» Your assignment
What lines in the listing below hold the string "Locations"? Please copy them out.

» Data
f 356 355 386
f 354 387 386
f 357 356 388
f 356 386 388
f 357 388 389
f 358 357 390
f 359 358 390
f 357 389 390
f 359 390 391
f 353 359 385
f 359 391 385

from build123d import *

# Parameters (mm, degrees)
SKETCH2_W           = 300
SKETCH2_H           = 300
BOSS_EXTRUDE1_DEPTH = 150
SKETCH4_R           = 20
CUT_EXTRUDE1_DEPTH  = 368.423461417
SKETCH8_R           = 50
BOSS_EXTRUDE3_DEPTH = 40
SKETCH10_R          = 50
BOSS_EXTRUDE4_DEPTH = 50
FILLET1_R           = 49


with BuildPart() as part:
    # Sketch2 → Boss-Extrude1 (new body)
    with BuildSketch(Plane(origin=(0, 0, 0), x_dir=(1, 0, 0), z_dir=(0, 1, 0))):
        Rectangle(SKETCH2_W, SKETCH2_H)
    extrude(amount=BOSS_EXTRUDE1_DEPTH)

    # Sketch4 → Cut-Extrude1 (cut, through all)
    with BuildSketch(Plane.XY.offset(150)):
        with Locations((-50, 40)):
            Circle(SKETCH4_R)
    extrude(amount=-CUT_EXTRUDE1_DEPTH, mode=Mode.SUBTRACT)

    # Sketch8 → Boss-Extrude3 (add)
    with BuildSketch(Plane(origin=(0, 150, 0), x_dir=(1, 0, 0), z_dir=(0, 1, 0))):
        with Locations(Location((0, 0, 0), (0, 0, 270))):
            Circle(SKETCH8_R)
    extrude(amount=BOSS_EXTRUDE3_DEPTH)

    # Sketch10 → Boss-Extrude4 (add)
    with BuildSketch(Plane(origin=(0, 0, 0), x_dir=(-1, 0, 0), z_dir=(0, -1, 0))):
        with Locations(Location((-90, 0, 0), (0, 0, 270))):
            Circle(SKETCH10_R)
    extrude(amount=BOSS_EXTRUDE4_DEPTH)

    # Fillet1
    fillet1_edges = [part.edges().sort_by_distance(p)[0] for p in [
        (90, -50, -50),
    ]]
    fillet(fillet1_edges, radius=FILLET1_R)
---
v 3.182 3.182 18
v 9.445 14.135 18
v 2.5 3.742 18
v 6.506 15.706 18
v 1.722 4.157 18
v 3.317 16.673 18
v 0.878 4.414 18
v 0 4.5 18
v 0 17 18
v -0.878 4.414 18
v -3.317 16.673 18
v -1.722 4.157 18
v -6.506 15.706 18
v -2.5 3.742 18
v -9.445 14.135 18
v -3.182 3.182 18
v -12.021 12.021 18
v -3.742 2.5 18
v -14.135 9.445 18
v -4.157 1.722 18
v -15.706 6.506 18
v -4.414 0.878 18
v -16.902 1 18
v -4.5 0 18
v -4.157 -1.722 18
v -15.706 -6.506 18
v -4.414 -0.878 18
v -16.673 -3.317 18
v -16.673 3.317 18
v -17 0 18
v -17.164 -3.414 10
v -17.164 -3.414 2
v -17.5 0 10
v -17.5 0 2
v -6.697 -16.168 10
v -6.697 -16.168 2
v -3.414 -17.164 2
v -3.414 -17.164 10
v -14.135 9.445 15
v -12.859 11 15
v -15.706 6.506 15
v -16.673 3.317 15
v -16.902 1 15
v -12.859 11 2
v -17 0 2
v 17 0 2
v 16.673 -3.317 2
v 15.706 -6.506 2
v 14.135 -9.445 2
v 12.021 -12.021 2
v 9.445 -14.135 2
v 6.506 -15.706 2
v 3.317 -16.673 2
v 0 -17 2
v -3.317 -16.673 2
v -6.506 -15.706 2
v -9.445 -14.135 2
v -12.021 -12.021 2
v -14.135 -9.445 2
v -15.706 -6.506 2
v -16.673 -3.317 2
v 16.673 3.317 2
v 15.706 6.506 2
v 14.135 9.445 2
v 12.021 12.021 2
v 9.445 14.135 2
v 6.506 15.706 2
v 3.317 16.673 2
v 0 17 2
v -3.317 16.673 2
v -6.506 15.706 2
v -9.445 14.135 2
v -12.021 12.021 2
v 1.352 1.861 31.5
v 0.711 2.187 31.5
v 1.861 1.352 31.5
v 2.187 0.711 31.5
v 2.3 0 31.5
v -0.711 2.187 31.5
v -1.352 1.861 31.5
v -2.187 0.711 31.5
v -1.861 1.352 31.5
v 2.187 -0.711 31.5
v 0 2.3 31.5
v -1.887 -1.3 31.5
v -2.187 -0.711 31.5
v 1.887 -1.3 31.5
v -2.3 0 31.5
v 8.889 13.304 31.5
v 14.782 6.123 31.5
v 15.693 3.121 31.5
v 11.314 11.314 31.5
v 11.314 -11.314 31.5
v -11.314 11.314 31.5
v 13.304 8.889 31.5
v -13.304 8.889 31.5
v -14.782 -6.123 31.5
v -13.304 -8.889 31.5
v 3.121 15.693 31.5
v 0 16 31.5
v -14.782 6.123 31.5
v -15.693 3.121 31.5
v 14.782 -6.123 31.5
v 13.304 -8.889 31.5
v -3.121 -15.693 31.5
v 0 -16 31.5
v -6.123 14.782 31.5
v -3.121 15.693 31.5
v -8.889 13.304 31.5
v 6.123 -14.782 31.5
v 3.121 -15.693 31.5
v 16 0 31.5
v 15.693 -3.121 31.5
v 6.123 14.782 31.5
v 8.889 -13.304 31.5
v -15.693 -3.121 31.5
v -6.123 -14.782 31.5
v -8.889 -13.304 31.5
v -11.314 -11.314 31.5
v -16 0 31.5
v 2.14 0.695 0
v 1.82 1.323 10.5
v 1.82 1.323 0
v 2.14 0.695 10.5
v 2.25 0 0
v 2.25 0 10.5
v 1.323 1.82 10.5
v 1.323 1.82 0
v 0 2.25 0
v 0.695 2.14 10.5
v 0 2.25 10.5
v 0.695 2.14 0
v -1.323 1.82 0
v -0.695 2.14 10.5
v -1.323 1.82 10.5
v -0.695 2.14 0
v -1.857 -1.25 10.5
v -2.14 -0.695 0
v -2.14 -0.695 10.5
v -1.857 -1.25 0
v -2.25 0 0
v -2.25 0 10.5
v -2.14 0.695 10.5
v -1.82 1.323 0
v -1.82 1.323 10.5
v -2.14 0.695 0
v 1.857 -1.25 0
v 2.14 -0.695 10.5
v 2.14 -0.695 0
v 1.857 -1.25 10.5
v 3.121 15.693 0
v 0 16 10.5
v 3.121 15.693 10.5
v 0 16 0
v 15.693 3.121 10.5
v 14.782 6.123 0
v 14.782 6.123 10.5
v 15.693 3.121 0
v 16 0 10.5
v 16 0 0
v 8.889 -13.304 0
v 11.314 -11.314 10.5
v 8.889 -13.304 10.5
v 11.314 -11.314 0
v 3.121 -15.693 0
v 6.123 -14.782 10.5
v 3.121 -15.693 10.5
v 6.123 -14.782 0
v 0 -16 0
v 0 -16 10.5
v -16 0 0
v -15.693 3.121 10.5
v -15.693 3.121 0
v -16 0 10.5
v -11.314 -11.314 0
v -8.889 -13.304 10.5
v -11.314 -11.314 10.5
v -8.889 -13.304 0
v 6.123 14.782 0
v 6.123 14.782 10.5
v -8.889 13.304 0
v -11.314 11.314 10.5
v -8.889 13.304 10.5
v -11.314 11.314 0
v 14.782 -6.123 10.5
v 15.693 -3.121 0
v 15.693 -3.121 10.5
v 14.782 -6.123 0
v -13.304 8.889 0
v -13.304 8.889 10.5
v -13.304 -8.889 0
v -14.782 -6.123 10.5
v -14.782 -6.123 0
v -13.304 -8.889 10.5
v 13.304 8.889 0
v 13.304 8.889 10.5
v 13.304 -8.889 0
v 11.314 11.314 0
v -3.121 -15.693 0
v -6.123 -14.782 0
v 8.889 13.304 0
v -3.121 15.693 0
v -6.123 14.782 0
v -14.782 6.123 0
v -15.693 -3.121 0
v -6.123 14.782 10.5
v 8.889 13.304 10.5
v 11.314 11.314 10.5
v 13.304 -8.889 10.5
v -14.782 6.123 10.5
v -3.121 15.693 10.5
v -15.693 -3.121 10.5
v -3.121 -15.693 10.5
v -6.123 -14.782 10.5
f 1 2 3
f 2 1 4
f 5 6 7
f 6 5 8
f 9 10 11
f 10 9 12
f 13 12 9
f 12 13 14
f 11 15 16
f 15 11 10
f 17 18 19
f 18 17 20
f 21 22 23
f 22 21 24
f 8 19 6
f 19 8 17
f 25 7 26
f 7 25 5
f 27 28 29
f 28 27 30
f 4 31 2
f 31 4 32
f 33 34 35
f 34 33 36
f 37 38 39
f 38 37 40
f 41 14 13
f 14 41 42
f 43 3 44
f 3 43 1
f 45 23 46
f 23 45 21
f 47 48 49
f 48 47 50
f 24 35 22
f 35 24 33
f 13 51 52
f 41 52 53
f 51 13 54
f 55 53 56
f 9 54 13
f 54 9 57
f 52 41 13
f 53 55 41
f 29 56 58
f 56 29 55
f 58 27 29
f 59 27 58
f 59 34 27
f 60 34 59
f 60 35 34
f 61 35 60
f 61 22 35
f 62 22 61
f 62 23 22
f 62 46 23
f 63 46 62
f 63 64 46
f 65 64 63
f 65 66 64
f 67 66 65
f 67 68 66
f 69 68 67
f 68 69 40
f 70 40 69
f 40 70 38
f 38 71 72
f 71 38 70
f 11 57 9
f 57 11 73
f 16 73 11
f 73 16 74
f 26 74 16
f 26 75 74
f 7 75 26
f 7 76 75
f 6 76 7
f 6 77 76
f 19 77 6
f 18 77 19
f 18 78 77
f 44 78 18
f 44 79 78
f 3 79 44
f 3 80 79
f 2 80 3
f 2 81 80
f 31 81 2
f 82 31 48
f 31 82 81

» Solution for this exercise
        with Locations((-50, 40)):
        with Locations(Location((0, 0, 0), (0, 0, 270))):
        with Locations(Location((-90, 0, 0), (0, 0, 270))):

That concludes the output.